[Task input Boundary: Start]
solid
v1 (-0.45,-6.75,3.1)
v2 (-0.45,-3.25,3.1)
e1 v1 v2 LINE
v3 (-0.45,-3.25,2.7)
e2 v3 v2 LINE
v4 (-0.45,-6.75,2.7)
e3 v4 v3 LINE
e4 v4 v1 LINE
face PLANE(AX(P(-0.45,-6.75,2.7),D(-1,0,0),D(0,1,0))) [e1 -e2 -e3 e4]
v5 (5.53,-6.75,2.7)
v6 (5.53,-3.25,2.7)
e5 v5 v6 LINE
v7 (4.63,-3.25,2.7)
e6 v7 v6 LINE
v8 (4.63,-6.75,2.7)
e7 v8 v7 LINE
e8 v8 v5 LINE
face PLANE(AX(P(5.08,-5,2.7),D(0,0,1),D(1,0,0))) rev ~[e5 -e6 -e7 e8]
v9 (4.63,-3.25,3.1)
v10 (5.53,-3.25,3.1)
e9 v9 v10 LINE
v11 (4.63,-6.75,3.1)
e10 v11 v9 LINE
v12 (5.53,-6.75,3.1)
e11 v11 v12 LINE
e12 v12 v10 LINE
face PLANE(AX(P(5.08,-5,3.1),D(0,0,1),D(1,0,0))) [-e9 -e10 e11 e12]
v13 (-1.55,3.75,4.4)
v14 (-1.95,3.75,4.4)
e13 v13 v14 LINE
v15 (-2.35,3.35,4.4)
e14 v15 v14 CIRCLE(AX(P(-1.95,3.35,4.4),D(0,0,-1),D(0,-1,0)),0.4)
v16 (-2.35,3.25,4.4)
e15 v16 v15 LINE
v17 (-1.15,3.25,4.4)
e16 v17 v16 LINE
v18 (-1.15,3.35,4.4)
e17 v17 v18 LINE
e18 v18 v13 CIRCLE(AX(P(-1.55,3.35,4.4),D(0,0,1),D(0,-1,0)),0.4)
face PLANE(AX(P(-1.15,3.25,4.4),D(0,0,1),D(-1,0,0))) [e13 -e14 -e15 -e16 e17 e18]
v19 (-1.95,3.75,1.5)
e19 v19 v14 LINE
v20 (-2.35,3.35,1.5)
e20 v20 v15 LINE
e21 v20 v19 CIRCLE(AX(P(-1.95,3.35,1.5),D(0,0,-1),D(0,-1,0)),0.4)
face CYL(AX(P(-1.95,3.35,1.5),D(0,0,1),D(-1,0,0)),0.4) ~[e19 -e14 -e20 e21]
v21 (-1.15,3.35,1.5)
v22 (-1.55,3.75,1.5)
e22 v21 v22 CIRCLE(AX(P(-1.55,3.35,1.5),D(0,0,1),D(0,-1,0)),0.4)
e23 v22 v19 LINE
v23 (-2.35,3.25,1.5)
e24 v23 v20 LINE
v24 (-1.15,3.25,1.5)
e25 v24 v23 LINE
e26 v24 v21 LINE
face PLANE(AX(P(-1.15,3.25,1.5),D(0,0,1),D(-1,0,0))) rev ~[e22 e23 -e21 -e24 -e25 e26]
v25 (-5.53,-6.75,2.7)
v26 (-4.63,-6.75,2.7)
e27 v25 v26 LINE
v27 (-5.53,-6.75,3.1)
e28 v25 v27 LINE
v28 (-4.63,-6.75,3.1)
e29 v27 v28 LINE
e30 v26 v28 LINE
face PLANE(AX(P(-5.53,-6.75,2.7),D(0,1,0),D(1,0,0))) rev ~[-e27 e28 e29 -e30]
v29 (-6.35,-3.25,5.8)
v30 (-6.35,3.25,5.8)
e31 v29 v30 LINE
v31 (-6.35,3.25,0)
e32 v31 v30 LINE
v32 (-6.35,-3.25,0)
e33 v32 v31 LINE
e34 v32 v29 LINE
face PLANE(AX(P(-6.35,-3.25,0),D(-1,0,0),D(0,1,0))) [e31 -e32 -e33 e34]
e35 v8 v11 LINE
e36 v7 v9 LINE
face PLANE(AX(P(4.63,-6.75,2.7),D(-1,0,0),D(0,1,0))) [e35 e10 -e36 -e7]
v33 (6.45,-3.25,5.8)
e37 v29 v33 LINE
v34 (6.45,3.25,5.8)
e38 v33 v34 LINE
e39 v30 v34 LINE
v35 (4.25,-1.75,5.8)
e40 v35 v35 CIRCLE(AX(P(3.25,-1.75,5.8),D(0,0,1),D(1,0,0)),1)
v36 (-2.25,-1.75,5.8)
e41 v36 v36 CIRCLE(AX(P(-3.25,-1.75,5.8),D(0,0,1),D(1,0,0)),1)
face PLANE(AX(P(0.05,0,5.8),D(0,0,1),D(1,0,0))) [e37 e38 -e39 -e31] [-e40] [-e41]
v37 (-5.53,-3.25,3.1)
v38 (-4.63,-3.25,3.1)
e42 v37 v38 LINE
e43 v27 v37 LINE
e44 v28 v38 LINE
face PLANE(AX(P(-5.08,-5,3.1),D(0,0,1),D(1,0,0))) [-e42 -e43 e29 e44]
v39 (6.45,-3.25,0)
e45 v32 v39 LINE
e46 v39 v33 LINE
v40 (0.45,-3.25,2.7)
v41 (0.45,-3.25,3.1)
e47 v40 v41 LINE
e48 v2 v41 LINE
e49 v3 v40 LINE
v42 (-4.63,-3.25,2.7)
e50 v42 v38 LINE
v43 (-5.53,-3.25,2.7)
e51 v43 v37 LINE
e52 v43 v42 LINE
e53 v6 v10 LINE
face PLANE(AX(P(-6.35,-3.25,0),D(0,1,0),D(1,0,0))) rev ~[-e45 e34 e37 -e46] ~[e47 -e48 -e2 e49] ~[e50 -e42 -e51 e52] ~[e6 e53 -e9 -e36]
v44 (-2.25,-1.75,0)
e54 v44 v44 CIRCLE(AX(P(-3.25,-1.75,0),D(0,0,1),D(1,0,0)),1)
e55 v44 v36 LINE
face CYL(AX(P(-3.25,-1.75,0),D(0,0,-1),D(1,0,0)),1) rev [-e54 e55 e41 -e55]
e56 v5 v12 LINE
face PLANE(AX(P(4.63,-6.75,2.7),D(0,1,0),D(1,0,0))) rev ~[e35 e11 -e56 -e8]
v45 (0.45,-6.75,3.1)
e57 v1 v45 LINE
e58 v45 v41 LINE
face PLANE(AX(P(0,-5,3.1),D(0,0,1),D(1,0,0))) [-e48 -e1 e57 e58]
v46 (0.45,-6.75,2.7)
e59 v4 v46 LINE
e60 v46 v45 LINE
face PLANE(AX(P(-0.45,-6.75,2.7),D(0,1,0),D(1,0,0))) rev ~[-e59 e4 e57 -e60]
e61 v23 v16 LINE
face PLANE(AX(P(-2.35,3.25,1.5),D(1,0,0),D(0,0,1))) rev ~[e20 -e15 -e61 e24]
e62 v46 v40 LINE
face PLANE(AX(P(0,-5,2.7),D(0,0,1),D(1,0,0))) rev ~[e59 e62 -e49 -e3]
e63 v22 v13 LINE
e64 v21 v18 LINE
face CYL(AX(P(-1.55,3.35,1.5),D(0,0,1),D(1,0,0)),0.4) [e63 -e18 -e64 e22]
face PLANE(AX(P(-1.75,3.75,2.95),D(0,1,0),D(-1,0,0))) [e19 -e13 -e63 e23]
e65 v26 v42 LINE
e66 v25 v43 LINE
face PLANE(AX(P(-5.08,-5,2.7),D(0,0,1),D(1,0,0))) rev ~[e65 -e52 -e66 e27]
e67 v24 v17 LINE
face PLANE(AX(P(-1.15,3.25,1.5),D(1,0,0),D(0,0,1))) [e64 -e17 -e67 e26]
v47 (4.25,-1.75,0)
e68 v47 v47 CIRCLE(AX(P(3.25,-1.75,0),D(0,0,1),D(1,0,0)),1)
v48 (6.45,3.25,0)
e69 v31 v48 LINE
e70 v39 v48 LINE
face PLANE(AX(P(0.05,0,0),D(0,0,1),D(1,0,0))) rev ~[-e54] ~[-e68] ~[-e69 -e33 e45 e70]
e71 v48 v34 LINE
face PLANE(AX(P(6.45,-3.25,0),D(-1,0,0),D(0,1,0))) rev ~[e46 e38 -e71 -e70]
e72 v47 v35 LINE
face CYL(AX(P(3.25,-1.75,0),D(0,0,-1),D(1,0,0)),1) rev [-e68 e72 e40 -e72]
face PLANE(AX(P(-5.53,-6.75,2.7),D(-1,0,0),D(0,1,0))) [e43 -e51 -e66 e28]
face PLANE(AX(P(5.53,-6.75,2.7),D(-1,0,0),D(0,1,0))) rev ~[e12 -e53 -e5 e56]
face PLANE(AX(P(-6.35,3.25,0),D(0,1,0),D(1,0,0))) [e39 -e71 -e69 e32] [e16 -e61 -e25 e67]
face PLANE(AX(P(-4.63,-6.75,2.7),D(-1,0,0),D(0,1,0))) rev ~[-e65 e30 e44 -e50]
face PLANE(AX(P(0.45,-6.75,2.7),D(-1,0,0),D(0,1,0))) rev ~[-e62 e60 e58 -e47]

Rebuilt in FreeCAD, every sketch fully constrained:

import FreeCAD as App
import Part
import Sketcher
from FreeCAD import Vector


def edges_at(feature, points):
    """Names of the edges that pass closest to the given points."""
    edges = feature.Shape.Edges
    near = lambda p: min(range(len(edges)), key=lambda i: edges[i].distToShape(Part.Vertex(*p))[0])
    return sorted({f"Edge{near(p) + 1}" for p in points})

doc = App.newDocument("Part")
body = doc.addObject("PartDesign::Body", "Body")

# Sketch on XY plane
sketch1 = body.newObject("Sketcher::SketchObject", "Sketch")
sketch1.AttachmentSupport = (doc.getObject("XY_Plane"), [""])
sketch1.MapMode = "FlatFace"
sketch1.addGeometry(Part.LineSegment(Vector(-6.3, 3.2, 0), Vector(-6.3, -3.2, 0)), False)
sketch1.addGeometry(Part.LineSegment(Vector(-6.3, -3.2, 0), Vector(6.5, -3.2, 0)), False)
sketch1.addGeometry(Part.LineSegment(Vector(6.5, -3.2, 0), Vector(6.5, 3.2, 0)), False)
sketch1.addGeometry(Part.LineSegment(Vector(6.5, 3.2, 0), Vector(-6.3, 3.2, 0)), False)
sketch1.addGeometry(Part.Circle(Vector(-3.2, -1.8, 0), Vector(0, 0, 1), 1), False)
sketch1.addGeometry(Part.Circle(Vector(3.2, -1.8, 0), Vector(0, 0, 1), 1), False)
sketch1.addConstraint(Sketcher.Constraint("Coincident", 0, 2, 1, 1))
sketch1.addConstraint(Sketcher.Constraint("Coincident", 1, 2, 2, 1))
sketch1.addConstraint(Sketcher.Constraint("Coincident", 2, 2, 3, 1))
sketch1.addConstraint(Sketcher.Constraint("Coincident", 3, 2, 0, 1))
sketch1.addConstraint(Sketcher.Constraint("Vertical", 0))
sketch1.addConstraint(Sketcher.Constraint("Horizontal", 1))
sketch1.addConstraint(Sketcher.Constraint("Vertical", 2))
sketch1.addConstraint(Sketcher.Constraint("Horizontal", 3))
sketch1.addConstraint(Sketcher.Constraint("Equal", 4, 5))
sketch1.addConstraint(Sketcher.Constraint("Symmetric", 4, 3, 5, 3, -2))
sketch1.addConstraint(Sketcher.Constraint("Diameter", 4, 2.0))
sketch1.addConstraint(Sketcher.Constraint("DistanceX", 1, 1, 1, 2, 12.8))
sketch1.addConstraint(Sketcher.Constraint("DistanceY", 0, 2, 0, 1, 6.5))
sketch1.addConstraint(Sketcher.Constraint("DistanceY", 5, 3, 2, 2, 5.0))
sketch1.addConstraint(Sketcher.Constraint("DistanceX", 4, 3, 5, 3, 6.5))
sketch1.addConstraint(Sketcher.Constraint("DistanceX", 0, 2, 4, 3, 3.1))
sketch1.addConstraint(Sketcher.Constraint("DistanceY", 4, 3, -1, 1, 1.75))
pad1 = body.newObject("PartDesign::Pad", "Pad")
pad1.Profile = sketch1
pad1.Length = 5.8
[Task input Boundary: End]
◆ What you will do
Write out, from the lines above, only those from the line with "face PLANE(AX(P(0,-5,3.1),D(0,0,1),D(1,0,0))) [-e48" to the line with "Rebuilt in FreeCAD, every", exactly as given, including the first and the last.

◆ Result of this task
face PLANE(AX(P(0,-5,3.1),D(0,0,1),D(1,0,0))) [-e48 -e1 e57 e58]
v46 (0.45,-6.75,2.7)
e59 v4 v46 LINE
e60 v46 v45 LINE
face PLANE(AX(P(-0.45,-6.75,2.7),D(0,1,0),D(1,0,0))) rev ~[-e59 e4 e57 -e60]
e61 v23 v16 LINE
face PLANE(AX(P(-2.35,3.25,1.5),D(1,0,0),D(0,0,1))) rev ~[e20 -e15 -e61 e24]
e62 v46 v40 LINE
face PLANE(AX(P(0,-5,2.7),D(0,0,1),D(1,0,0))) rev ~[e59 e62 -e49 -e3]
e63 v22 v13 LINE
e64 v21 v18 LINE
face CYL(AX(P(-1.55,3.35,1.5),D(0,0,1),D(1,0,0)),0.4) [e63 -e18 -e64 e22]
face PLANE(AX(P(-1.75,3.75,2.95),D(0,1,0),D(-1,0,0))) [e19 -e13 -e63 e23]
e65 v26 v42 LINE
e66 v25 v43 LINE
face PLANE(AX(P(-5.08,-5,2.7),D(0,0,1),D(1,0,0))) rev ~[e65 -e52 -e66 e27]
e67 v24 v17 LINE
face PLANE(AX(P(-1.15,3.25,1.5),D(1,0,0),D(0,0,1))) [e64 -e17 -e67 e26]
v47 (4.25,-1.75,0)
e68 v47 v47 CIRCLE(AX(P(3.25,-1.75,0),D(0,0,1),D(1,0,0)),1)
v48 (6.45,3.25,0)
e69 v31 v48 LINE
e70 v39 v48 LINE
face PLANE(AX(P(0.05,0,0),D(0,0,1),D(1,0,0))) rev ~[-e54] ~[-e68] ~[-e69 -e33 e45 e70]
e71 v48 v34 LINE
face PLANE(AX(P(6.45,-3.25,0),D(-1,0,0),D(0,1,0))) rev ~[e46 e38 -e71 -e70]
e72 v47 v35 LINE
face CYL(AX(P(3.25,-1.75,0),D(0,0,-1),D(1,0,0)),1) rev [-e68 e72 e40 -e72]
face PLANE(AX(P(-5.53,-6.75,2.7),D(-1,0,0),D(0,1,0))) [e43 -e51 -e66 e28]
face PLANE(AX(P(5.53,-6.75,2.7),D(-1,0,0),D(0,1,0))) rev ~[e12 -e53 -e5 e56]
face PLANE(AX(P(-6.35,3.25,0),D(0,1,0),D(1,0,0))) [e39 -e71 -e69 e32] [e16 -e61 -e25 e67]
face PLANE(AX(P(-4.63,-6.75,2.7),D(-1,0,0),D(0,1,0))) rev ~[-e65 e30 e44 -e50]
face PLANE(AX(P(0.45,-6.75,2.7),D(-1,0,0),D(0,1,0))) rev ~[-e62 e60 e58 -e47]

Rebuilt in FreeCAD, every sketch fully constrained:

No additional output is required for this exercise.